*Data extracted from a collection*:
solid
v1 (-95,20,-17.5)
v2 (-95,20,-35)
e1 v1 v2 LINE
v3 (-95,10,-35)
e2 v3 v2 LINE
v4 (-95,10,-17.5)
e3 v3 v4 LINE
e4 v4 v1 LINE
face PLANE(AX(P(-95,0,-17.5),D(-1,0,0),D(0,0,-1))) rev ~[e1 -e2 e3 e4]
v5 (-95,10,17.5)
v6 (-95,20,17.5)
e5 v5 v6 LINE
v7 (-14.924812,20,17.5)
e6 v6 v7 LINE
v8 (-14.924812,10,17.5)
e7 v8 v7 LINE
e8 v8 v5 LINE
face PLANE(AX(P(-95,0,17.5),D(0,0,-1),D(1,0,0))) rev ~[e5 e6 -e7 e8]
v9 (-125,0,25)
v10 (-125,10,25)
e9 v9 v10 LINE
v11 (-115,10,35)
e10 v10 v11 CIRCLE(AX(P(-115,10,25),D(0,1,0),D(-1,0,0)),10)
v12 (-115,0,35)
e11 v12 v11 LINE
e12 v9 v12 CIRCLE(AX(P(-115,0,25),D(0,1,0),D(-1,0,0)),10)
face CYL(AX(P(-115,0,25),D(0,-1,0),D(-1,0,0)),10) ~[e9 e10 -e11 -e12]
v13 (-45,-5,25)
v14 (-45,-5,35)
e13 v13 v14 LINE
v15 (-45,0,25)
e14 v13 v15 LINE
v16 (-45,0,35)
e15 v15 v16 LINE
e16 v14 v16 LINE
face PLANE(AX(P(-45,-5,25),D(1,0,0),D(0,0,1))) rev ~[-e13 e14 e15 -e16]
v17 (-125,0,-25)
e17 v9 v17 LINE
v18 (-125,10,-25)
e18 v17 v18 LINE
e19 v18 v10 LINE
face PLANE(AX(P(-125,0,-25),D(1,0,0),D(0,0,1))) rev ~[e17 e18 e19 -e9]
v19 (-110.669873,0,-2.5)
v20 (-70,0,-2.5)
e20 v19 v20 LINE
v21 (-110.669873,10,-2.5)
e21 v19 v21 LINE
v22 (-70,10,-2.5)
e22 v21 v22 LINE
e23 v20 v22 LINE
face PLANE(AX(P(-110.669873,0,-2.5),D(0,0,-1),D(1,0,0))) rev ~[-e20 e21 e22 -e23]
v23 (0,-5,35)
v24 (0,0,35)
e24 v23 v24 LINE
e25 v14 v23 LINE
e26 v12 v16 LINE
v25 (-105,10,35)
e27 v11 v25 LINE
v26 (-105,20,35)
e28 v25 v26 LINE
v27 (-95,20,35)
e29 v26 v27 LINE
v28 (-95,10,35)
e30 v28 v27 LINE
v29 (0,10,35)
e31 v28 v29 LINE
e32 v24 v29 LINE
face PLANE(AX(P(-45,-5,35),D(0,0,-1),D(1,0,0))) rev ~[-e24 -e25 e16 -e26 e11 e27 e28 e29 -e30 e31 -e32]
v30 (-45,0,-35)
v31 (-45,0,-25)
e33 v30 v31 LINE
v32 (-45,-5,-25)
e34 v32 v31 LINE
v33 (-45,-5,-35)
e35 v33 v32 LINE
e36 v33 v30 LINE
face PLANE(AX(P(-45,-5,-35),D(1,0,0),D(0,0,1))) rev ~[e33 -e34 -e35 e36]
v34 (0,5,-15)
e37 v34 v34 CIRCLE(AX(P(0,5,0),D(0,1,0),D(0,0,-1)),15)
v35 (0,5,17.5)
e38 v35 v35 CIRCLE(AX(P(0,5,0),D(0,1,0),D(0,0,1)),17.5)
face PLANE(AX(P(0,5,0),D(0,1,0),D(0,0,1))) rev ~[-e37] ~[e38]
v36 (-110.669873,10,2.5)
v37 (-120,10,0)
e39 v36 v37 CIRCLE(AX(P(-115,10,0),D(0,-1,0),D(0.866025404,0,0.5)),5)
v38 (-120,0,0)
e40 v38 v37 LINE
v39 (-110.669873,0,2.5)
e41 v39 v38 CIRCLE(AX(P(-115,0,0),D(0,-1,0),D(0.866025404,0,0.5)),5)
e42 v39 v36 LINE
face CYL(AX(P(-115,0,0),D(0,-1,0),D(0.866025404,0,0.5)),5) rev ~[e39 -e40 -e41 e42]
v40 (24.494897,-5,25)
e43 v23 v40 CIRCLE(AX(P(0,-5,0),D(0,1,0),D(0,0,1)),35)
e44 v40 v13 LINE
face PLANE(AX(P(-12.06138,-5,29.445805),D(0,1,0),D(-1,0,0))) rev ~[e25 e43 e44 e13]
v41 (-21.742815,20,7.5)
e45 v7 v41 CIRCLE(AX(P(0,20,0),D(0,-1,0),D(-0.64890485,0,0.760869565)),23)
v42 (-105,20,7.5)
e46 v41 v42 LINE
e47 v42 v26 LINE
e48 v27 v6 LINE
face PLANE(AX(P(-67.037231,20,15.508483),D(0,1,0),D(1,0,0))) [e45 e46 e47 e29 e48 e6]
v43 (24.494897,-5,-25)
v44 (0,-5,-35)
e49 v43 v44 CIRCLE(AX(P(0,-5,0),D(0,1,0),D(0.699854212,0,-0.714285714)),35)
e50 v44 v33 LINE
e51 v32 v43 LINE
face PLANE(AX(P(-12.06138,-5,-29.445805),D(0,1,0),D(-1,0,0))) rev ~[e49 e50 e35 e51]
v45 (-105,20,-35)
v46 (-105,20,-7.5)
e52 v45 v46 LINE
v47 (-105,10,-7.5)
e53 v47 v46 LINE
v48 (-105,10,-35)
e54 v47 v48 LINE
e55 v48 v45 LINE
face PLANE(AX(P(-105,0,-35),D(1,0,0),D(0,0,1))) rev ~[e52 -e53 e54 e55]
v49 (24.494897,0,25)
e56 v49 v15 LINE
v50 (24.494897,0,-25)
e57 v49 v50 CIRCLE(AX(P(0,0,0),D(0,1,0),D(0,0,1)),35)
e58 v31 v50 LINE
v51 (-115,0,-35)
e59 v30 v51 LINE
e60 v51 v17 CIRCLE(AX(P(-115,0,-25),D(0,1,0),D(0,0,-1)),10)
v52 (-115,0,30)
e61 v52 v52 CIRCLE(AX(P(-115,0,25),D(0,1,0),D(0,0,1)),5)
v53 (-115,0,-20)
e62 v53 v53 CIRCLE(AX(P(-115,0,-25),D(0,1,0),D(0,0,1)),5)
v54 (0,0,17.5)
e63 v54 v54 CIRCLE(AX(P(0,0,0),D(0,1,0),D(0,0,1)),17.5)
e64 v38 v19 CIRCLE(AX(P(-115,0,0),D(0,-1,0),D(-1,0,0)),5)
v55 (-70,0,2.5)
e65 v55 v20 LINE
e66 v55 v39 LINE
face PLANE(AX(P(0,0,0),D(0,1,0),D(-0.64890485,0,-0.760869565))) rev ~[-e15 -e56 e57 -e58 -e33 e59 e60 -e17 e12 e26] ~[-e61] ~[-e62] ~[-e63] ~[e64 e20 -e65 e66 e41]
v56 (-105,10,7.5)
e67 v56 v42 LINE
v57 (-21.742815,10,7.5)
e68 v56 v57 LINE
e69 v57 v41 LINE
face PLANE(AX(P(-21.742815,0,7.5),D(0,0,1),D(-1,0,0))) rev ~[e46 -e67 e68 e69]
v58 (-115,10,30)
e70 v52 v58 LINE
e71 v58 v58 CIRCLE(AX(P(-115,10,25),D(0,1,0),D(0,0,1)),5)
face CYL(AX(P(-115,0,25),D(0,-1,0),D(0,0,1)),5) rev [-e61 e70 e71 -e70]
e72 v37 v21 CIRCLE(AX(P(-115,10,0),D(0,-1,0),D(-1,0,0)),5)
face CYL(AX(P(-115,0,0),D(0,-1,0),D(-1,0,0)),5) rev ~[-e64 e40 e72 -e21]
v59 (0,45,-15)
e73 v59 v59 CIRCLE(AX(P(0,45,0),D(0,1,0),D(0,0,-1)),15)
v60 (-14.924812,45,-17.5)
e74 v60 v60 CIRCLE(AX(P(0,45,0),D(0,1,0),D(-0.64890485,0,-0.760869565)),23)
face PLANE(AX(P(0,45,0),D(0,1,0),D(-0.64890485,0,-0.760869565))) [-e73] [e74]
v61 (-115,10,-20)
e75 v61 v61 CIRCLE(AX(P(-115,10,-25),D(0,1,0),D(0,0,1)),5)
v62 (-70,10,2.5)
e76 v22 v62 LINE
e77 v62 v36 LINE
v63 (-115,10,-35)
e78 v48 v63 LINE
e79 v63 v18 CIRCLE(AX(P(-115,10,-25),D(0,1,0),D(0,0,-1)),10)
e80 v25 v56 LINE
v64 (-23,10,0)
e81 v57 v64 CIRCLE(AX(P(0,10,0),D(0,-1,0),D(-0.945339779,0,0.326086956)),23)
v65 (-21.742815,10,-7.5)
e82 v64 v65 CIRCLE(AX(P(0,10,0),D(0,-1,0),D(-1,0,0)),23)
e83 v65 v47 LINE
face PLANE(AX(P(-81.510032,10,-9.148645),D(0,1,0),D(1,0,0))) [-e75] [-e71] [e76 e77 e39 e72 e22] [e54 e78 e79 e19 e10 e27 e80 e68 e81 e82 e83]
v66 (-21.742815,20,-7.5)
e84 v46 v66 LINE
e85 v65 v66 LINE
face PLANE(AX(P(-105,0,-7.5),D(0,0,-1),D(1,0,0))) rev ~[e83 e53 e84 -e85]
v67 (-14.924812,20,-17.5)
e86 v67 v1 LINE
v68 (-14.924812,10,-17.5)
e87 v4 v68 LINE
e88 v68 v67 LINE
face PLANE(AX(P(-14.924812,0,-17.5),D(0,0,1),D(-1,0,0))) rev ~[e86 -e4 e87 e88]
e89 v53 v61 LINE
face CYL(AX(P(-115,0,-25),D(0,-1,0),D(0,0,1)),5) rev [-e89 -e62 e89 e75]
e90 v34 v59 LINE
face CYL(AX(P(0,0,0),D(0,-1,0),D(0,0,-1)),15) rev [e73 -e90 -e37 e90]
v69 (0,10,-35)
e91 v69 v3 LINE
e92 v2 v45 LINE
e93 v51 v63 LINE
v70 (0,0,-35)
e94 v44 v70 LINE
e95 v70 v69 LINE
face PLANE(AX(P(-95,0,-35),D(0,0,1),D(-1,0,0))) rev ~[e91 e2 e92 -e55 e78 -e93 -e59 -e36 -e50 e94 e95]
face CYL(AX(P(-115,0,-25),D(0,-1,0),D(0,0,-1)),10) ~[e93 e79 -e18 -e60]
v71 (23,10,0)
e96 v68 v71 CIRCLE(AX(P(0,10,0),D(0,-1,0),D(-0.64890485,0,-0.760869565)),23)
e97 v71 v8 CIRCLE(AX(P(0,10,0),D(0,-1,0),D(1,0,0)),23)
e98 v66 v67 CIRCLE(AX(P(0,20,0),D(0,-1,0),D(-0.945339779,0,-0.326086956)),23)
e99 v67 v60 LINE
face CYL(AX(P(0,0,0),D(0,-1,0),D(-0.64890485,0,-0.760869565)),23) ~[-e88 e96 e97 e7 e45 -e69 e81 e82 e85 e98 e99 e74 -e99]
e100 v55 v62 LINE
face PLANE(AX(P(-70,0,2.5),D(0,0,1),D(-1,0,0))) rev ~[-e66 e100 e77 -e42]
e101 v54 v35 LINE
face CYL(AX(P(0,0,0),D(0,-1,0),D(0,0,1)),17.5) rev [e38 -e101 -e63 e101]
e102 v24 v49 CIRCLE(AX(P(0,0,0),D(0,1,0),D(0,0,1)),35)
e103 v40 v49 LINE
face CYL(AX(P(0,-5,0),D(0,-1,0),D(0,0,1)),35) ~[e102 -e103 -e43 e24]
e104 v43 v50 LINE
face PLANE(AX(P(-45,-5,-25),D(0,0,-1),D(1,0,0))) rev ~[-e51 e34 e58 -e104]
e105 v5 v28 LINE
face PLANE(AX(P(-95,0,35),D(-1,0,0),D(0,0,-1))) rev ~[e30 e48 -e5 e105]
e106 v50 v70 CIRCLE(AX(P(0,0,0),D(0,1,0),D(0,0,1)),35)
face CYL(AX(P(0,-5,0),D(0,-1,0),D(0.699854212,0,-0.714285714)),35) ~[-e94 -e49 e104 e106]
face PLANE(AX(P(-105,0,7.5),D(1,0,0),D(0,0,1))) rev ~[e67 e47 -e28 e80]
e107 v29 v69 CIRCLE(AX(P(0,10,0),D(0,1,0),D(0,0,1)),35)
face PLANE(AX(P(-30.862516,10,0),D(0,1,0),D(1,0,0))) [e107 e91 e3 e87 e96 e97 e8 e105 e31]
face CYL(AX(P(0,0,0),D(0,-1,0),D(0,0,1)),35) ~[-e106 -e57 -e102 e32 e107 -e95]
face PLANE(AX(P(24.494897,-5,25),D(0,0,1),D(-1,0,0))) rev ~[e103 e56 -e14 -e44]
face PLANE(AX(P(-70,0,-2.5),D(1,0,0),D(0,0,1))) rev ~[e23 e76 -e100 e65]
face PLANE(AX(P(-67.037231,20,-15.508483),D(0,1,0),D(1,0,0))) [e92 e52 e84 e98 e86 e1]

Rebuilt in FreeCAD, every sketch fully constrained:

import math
import FreeCAD as App
import Part
import Sketcher

V = App.Vector

doc = App.newDocument("Part")
body = doc.addObject("PartDesign::Body", "Body")
body.AllowCompound = True

# Sketch on XZ plane
sketch1 = doc.addObject("Sketcher::SketchObject", "Sketch")
body.addObject(sketch1)
sketch1.AttachmentSupport = (doc.XZ_Plane, [""])
sketch1.MapMode = "FlatFace"
sketch1.addGeometry(Part.ArcOfCircle(Part.Circle(V(0, 0, 0), V(0, 0, 1), 35), math.radians(-90), math.radians(90)), False)
sketch1.addGeometry(Part.LineSegment(V(0, -35, 0), V(-95, -35, 0)), False)
sketch1.addGeometry(Part.LineSegment(V(-95, -35, 0), V(-95, -18, 0)), False)
sketch1.addGeometry(Part.LineSegment(V(-95, -18, 0), V(-15, -18, 0)), False)
sketch1.addGeometry(Part.ArcOfCircle(Part.Circle(V(0, 0, 0), V(0, 0, 1), 23), math.radians(-130), math.radians(0)), False)
sketch1.addGeometry(Part.ArcOfCircle(Part.Circle(V(0, 0, 0), V(0, 0, 1), 23), math.radians(0), math.radians(130)), False)
sketch1.addGeometry(Part.LineSegment(V(-15, 18, 0), V(-95, 18, 0)), False)
sketch1.addGeometry(Part.LineSegment(V(-95, 18, 0), V(-95, 35, 0)), False)
sketch1.addGeometry(Part.LineSegment(V(-95, 35, 0), V(0, 35, 0)), False)
sketch1.addGeometry(Part.LineSegment(V(-115, 35, 0), V(-105, 35, 0)), False)
sketch1.addGeometry(Part.LineSegment(V(-105, 35, 0), V(-105, 8, 0)), False)
sketch1.addGeometry(Part.LineSegment(V(-105, 8, 0), V(-22, 8, 0)), False)
sketch1.addGeometry(Part.ArcOfCircle(Part.Circle(V(0, 0, 0), V(0, 0, 1), 23), math.radians(160.97), math.radians(180)), False)
sketch1.addGeometry(Part.ArcOfCircle(Part.Circle(V(0, 0, 0), V(0, 0, 1), 23), math.radians(-180), math.radians(-160.97)), False)
sketch1.addGeometry(Part.LineSegment(V(-22, -8, 0), V(-105, -8, 0)), False)
sketch1.addGeometry(Part.LineSegment(V(-105, -8, 0), V(-105, -35, 0)), False)
sketch1.addGeometry(Part.LineSegment(V(-105, -35, 0), V(-115, -35, 0)), False)
sketch1.addGeometry(Part.ArcOfCircle(Part.Circle(V(-115, -25, 0), V(0, 0, 1), 10), math.radians(180), math.radians(270)), False)
sketch1.addGeometry(Part.LineSegment(V(-125, -25, 0), V(-125, 25, 0)), False)
sketch1.addGeometry(Part.ArcOfCircle(Part.Circle(V(-115, 25, 0), V(0, 0, 1), 10), math.radians(90), math.radians(180)), False)
sketch1.addGeometry(Part.ArcOfCircle(Part.Circle(V(-115, 0, 0), V(0, 0, 1), 5), math.radians(30), math.radians(180)), False)
sketch1.addGeometry(Part.ArcOfCircle(Part.Circle(V(-115, 0, 0), V(0, 0, 1), 5), math.radians(180), math.radians(330)), False)
sketch1.addGeometry(Part.LineSegment(V(-111, -2, 0), V(-70, -2, 0)), False)
sketch1.addGeometry(Part.LineSegment(V(-70, -2, 0), V(-70, 2, 0)), False)
sketch1.addGeometry(Part.LineSegment(V(-70, 2, 0), V(-111, 2, 0)), False)
sketch1.addGeometry(Part.Circle(V(-115, 25, 0), V(0, 0, 1), 5), False)
sketch1.addGeometry(Part.Circle(V(-115, -25, 0), V(0, 0, 1), 5), False)
sketch1.addConstraint(Sketcher.Constraint("Tangent", 0, 1, 1, 1))
sketch1.addConstraint(Sketcher.Constraint("Coincident", 1, 2, 2, 1))
sketch1.addConstraint(Sketcher.Constraint("Coincident", 2, 2, 3, 1))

*Goal of the exercise*:
The lines needed run from the first line of the data through the line containing "e8 v8 v5 LINE"; give them again exactly and nothing else.

*Output of the task*:
solid
v1 (-95,20,-17.5)
v2 (-95,20,-35)
e1 v1 v2 LINE
v3 (-95,10,-35)
e2 v3 v2 LINE
v4 (-95,10,-17.5)
e3 v3 v4 LINE
e4 v4 v1 LINE
face PLANE(AX(P(-95,0,-17.5),D(-1,0,0),D(0,0,-1))) rev ~[e1 -e2 e3 e4]
v5 (-95,10,17.5)
v6 (-95,20,17.5)
e5 v5 v6 LINE
v7 (-14.924812,20,17.5)
e6 v6 v7 LINE
v8 (-14.924812,10,17.5)
e7 v8 v7 LINE
e8 v8 v5 LINE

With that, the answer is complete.